Parce que le cinéma, et surtout celui de Pialat, m’a réconcilié avec mon propre père et que, pour moi, on ne devient un père soi-même que lorsque l’on a accepté que le sien ne soit pas parfait et que vraisemblablement soi-même en tant que père on ne sera pas parfait.

De même j’ai compris qu’un cinéaste qui voudrait faire un film parfait ne fait jamais de film.

Un peu comme Roithamer , le personnage de « Corrections » de Thomas Bernhard, est amené à détruire tout ce qui n’est pas perfection ?

Exactement. Au début de « Tribu » mon film de fin d’études il y a une phrase qui dit « A nos idéaux déçus ». Depuis lors j’ai l’impression d’être sorti du fantasme, de pouvoir être dans la rencontre avec l’autre et de pouvoir présenter un travail que je sais ne pas être totalement - parce que c’est impossible - parfait

Est-ce que cette évolution vous permet d’être un meilleur directeur d’acteurs ?

Je ne sais pas si je suis meilleur mais je crois être un bon directeur d’acteurs parce que je ne cherche pas à ce qu’ils soient comme je le veux mais j’essaie qu’ils soient comme ils sont. C’est pourquoi je suis à l’écoute de leurs suggestions, de leur imagination d’acteurs. Ils me nourrissent comme je crois les nourrir.
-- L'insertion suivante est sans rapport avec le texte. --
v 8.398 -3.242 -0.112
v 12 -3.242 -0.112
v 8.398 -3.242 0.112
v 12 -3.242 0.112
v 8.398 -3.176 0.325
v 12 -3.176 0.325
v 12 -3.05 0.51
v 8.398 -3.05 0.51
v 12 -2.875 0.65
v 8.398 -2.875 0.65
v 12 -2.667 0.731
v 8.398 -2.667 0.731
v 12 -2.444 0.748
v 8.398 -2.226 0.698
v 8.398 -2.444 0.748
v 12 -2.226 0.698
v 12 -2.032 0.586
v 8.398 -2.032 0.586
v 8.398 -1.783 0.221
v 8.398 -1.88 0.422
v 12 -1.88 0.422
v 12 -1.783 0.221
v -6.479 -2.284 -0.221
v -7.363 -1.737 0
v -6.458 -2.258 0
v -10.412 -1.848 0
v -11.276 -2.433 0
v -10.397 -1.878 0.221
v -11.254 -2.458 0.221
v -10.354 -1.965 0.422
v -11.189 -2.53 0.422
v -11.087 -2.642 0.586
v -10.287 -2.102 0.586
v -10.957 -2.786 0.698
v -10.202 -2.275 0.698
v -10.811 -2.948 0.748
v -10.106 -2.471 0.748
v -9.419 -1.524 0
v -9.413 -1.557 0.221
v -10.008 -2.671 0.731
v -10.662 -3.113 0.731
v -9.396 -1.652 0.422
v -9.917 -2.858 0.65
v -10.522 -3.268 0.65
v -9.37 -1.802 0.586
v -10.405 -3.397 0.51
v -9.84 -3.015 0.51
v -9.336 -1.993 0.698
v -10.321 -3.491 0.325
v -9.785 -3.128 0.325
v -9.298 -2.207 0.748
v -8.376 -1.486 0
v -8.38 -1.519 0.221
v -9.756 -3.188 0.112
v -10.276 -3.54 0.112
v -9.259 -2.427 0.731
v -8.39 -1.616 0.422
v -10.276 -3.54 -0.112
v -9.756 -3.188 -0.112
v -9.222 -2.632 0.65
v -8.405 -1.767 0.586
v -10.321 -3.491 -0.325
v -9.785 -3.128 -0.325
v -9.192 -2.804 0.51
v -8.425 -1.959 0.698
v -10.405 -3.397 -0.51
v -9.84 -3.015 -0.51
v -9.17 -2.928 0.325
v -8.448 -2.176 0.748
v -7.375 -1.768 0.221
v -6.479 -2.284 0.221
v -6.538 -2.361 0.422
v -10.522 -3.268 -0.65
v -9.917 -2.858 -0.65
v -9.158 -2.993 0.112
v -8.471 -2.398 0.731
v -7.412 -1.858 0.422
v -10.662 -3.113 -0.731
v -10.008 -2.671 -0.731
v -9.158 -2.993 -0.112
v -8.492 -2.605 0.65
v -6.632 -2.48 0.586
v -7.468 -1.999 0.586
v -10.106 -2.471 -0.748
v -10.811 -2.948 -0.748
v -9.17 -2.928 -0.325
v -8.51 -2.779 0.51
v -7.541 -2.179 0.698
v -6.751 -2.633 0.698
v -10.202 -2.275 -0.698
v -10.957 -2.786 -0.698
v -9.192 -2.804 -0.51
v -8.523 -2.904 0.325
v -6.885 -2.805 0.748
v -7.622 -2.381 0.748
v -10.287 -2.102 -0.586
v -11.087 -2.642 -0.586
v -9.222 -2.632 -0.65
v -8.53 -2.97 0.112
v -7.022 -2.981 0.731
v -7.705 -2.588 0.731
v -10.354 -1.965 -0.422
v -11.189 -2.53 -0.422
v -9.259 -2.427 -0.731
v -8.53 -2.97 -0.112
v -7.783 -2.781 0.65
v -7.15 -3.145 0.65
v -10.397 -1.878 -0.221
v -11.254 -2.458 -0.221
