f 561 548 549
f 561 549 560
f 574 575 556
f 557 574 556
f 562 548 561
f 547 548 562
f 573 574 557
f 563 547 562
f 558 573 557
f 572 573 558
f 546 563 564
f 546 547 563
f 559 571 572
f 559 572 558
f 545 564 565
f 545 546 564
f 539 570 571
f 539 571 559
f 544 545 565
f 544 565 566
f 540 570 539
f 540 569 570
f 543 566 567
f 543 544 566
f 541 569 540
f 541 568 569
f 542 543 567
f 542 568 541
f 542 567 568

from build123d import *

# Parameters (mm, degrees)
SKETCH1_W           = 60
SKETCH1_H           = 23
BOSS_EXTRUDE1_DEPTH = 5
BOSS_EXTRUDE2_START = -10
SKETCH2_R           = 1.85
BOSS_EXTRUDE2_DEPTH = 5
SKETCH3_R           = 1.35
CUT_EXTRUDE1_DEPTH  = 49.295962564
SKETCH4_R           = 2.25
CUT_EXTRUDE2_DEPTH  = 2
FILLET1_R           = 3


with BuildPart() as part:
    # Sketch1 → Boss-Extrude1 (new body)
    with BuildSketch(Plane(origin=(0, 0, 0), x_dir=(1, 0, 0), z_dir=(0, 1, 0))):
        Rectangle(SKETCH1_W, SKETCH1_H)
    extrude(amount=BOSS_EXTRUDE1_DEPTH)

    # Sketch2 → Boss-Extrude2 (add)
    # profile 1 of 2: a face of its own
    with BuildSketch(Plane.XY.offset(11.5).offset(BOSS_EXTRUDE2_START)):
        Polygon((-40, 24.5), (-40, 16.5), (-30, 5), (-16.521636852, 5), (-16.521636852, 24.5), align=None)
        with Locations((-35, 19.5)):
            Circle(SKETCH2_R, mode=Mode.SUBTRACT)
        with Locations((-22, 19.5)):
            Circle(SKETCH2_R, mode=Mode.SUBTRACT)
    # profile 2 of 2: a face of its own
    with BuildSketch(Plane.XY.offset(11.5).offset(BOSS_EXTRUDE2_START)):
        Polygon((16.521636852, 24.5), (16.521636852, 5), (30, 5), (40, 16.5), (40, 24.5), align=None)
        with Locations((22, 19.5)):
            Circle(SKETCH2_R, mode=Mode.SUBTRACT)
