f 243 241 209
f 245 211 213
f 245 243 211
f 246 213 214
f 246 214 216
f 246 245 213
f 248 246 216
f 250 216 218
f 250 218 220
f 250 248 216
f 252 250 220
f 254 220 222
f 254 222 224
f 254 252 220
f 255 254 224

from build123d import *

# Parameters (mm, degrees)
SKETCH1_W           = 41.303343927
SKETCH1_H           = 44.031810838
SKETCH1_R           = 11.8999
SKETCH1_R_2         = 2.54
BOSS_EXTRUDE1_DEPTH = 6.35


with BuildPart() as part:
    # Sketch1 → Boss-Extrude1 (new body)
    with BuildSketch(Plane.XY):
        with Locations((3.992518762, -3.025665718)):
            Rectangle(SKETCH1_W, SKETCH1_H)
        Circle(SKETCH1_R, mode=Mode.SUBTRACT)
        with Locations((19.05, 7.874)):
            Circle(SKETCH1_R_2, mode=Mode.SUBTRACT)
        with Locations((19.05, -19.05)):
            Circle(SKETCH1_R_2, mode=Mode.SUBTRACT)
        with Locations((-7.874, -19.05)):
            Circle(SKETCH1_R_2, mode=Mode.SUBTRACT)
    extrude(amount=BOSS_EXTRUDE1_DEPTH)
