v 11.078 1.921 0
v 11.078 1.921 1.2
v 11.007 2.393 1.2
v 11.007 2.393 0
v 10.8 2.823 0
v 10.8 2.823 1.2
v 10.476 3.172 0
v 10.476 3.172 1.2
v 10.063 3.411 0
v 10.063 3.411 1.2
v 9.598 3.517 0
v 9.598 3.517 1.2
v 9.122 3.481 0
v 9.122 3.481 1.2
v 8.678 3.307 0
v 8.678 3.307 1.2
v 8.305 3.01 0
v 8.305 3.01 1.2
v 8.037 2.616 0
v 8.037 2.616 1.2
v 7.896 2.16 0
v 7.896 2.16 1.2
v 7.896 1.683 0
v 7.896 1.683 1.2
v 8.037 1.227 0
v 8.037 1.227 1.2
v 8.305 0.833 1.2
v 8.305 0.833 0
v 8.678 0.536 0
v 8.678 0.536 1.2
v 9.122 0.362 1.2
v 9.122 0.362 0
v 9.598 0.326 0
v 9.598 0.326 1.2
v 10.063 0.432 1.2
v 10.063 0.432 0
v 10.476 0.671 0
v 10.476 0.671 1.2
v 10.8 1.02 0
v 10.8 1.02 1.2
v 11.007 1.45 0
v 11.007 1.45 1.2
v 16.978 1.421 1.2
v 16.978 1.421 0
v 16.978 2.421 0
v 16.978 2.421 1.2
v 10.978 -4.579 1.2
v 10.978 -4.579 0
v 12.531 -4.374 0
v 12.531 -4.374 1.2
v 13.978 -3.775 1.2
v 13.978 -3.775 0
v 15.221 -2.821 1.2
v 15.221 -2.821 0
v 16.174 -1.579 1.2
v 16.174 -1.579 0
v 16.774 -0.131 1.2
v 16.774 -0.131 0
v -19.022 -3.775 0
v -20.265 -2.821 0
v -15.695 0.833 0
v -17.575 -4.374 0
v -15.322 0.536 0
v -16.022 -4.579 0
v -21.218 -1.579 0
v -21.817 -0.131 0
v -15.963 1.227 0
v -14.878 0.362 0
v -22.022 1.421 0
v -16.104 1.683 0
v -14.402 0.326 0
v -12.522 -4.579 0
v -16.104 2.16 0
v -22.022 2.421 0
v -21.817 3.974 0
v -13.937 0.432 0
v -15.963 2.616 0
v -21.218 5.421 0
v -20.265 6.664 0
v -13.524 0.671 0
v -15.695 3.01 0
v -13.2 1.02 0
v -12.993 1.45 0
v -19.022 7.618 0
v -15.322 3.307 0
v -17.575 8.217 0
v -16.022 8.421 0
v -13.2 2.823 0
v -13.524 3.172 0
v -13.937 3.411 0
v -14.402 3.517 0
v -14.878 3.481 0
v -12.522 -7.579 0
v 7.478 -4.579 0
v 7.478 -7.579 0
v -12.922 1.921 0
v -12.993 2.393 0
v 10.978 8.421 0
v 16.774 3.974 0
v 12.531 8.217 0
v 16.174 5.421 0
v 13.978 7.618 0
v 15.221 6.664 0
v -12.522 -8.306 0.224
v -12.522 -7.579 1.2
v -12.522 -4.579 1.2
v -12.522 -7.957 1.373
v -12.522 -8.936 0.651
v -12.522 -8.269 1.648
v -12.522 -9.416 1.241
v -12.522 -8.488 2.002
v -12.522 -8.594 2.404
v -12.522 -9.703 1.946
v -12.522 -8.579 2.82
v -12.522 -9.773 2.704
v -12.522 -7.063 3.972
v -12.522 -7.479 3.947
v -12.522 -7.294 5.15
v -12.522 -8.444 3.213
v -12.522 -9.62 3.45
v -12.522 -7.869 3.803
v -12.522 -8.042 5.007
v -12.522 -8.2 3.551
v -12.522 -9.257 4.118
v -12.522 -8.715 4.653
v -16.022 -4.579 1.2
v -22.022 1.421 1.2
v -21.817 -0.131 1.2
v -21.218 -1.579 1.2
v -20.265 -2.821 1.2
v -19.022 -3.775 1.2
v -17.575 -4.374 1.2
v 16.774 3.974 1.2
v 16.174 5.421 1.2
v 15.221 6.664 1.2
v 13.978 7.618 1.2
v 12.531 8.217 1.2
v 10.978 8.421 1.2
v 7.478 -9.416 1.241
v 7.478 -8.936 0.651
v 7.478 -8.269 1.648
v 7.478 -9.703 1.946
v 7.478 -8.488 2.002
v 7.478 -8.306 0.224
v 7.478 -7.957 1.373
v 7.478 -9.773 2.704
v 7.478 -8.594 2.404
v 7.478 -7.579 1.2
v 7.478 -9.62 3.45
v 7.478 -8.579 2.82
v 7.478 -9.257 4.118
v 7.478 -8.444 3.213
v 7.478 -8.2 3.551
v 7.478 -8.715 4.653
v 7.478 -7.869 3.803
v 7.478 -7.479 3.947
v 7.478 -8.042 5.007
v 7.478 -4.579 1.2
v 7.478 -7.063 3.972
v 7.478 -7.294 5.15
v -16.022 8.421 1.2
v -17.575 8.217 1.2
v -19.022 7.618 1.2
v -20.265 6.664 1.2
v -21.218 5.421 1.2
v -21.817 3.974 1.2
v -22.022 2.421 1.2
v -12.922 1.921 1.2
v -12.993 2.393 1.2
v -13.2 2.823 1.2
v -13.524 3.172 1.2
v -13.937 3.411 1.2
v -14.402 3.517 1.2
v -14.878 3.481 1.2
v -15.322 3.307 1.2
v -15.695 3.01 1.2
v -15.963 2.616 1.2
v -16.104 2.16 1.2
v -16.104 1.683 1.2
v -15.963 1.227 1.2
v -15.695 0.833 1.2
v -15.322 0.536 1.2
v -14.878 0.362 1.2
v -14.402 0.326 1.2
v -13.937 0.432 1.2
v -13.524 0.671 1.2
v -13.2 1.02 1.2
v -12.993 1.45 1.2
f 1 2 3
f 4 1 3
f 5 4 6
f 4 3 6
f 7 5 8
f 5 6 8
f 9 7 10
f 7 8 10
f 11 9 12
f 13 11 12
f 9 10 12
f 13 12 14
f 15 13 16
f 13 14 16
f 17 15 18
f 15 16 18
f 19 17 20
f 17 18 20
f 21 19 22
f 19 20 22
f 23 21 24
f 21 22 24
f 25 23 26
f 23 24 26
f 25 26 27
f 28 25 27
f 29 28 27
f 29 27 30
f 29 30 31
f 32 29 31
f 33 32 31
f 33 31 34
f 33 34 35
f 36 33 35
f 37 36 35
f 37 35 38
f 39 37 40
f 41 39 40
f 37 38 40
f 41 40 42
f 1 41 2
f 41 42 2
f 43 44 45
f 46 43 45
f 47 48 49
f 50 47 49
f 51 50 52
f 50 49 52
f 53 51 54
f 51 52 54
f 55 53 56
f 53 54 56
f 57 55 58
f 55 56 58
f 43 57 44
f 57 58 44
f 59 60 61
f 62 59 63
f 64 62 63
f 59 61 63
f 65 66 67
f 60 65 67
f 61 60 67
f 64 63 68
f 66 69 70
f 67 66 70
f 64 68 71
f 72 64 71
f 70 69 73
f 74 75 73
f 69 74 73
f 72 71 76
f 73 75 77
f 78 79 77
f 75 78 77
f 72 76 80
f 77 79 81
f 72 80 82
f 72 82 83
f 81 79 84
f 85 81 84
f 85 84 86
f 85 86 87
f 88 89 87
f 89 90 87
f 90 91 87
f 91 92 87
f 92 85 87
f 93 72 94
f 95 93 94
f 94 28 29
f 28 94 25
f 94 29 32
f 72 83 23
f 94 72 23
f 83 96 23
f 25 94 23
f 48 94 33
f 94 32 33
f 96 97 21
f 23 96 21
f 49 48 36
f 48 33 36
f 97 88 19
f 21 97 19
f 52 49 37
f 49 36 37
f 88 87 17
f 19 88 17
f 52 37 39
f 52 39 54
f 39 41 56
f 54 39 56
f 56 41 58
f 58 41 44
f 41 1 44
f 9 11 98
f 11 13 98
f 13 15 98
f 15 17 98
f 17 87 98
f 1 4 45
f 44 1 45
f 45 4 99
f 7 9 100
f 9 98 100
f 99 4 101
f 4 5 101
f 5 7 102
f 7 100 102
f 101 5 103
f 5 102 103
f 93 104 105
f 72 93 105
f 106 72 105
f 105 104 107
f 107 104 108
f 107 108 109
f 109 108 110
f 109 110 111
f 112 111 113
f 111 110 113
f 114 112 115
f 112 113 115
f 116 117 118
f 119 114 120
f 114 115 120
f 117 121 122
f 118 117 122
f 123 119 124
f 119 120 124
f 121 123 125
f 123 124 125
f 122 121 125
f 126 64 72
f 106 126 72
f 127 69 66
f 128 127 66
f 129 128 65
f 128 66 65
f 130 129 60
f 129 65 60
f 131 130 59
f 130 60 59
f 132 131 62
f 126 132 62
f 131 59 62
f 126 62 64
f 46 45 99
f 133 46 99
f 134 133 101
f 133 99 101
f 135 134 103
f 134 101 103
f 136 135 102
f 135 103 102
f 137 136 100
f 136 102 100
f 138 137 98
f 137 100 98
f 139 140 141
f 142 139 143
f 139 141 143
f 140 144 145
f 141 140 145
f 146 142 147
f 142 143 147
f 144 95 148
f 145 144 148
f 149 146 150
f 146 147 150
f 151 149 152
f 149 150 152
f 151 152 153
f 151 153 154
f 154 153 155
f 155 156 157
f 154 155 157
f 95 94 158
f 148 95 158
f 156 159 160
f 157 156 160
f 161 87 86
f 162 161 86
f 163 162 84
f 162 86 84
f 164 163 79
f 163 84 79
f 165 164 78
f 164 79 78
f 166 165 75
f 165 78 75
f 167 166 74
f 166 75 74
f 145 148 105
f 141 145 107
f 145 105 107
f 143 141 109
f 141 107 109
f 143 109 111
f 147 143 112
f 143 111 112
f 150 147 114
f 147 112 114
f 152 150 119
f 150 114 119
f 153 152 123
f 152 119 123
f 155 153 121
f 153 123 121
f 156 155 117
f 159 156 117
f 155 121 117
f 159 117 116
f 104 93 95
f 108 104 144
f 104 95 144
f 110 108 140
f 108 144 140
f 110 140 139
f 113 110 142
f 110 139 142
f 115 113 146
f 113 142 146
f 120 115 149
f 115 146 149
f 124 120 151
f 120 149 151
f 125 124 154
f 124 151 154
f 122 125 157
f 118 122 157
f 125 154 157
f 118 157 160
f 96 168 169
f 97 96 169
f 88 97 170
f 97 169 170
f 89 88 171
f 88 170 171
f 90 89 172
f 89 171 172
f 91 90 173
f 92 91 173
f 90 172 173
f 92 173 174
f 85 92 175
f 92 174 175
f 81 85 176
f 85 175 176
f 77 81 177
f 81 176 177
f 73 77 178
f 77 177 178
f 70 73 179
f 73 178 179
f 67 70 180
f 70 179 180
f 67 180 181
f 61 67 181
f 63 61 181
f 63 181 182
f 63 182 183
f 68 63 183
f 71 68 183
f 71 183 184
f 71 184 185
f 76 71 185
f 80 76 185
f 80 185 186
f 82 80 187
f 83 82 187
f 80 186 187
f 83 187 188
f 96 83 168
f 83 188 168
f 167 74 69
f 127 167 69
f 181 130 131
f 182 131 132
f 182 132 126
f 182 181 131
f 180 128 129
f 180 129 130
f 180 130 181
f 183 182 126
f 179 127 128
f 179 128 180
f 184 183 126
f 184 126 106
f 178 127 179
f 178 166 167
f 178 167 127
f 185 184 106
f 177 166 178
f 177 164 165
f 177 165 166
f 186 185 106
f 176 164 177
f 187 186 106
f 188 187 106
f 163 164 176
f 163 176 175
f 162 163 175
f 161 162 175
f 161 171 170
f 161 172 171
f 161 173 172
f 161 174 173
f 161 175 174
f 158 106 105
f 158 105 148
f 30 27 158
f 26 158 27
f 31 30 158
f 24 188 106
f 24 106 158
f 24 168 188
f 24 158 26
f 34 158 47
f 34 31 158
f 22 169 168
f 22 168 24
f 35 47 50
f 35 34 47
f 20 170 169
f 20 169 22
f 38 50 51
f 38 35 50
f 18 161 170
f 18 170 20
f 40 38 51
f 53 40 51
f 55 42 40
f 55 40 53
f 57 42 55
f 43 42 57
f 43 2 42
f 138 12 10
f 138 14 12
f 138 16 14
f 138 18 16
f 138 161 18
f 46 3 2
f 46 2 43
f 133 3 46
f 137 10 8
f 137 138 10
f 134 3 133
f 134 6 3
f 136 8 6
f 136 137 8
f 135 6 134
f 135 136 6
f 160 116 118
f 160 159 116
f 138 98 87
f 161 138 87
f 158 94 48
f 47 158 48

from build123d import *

# Parameters (mm, degrees)
EXTRUDE_1_DEPTH     = 1.2
SKETCH_2_R          = 1.6
CUT_EXTRUDE_1_DEPTH = 1.2
SKETCH_4_W          = 20
SKETCH_4_H          = 1.2


with BuildPart() as part:
    # 草图1 → 凸台-拉伸1 (new body)
    with BuildSketch(Plane.XY):
        with BuildLine():
            Line((7.478060046, -4.57852194), (10.978060046, -4.57852194))
            ThreePointArc((10.978060046, -4.57852194), (15.220700733, -2.821162627), (16.978060046, 1.42147806))
            Line((16.978060046, 1.42147806), (16.978060046, 2.42147806))
            ThreePointArc((16.978060046, 2.42147806), (15.220700733, 6.664118747), (10.978060046, 8.42147806))
            Line((10.978060046, 8.42147806), (-16.021939954, 8.42147806))
            ThreePointArc((-16.021939954, 8.42147806), (-20.264580641, 6.664118747), (-22.021939954, 2.42147806))
            Line((-22.021939954, 2.42147806), (-22.021939954, 1.42147806))
            ThreePointArc((-22.021939954, 1.42147806), (-20.264580641, -2.821162627), (-16.021939954, -4.57852194))
            Line((-16.021939954, -4.57852194), (-12.521939954, -4.57852194))
            Line((-12.521939954, -4.57852194), (-12.521939954, -7.57852194))
            Line((-12.521939954, -7.57852194), (7.478060046, -7.57852194))
            Line((7.478060046, -7.57852194), (7.478060046, -4.57852194))
        make_face()
    extrude(amount=EXTRUDE_1_DEPTH)

    # 草图2 → 切除-拉伸1 (cut)
    with BuildSketch(Plane.XY.offset(1.2)):
        with Locations((-14.521939954, 1.92147806)):
            Circle(SKETCH_2_R)
        with Locations((9.478060046, 1.92147806)):
            Circle(SKETCH_2_R)
    extrude(amount=-CUT_EXTRUDE_1_DEPTH, mode=Mode.SUBTRACT)

    # 扫描1: sweep along a path in 草图3
    with BuildLine(Plane.ZY.offset(12.521939954)) as sweep_1_path:
        ThreePointArc((0.6, -7.57852194), (2.762027547, -9.176177297), (4.561146836, -7.178669966))
    # 草图4 → 扫描1 (sweep)
    with BuildSketch(Plane.XZ.offset(7.57852194)):
        with Locations((-2.521939954, 0.6)):
            Rectangle(SKETCH_4_W, SKETCH_4_H)
    sweep(path=sweep_1_path.line)


solid = part.part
J’avais espéré vous rencontrer lors d’une table ronde organisée au Théâtre poème autour du livre de Frédéric Sojcher « Le manifeste du cinéaste »… et vous n’y étiez pas étant en montage de votre film avec Isabelle Huppert « Nue propriété ».
J’aurais aimé vous poser la question suivante : est-ce que pour vous aussi chaque film est un combat dont l’issue est toujours incertaine ?

Je préfère le mot lutte parce qu’il y a dans le mot combat une violence dont j’ai de moins en moins besoin. La confiance que j’ai en l’autre, au fil des films, est de plus en plus présente, il ne s’agit plus dès lors de combattre mais de chercher un sens.

Pourrait-on, comme définition de fin d’entretien, synthétiser votre pensée comme suit : le cinéaste est celui qui doit tout le temps susciter le désir chez les gens ?

Oui mais c’est aussi plus compliqué. Parce que les grands pervers sont aussi des « susciteurs » de désirs. Ils savent mettre le doigt sur le manque de l’autre. C’est le sujet de mon prochain film.

Ca nous donnera une occasion de nous revoir…

(*) « Nue-propriété » a reçu, après sa projection à la Mostra, une ovation et son cinéaste les félicitations de la présidente du Jury, Catherine Deneuve.
(**) alors qu’il a été reconnu par la critique et primé dans différents festivals.
(**) un coffret DVD regroupant « Tribu » « Folie Privée » et « Ça rend heureux » sortira bientôt.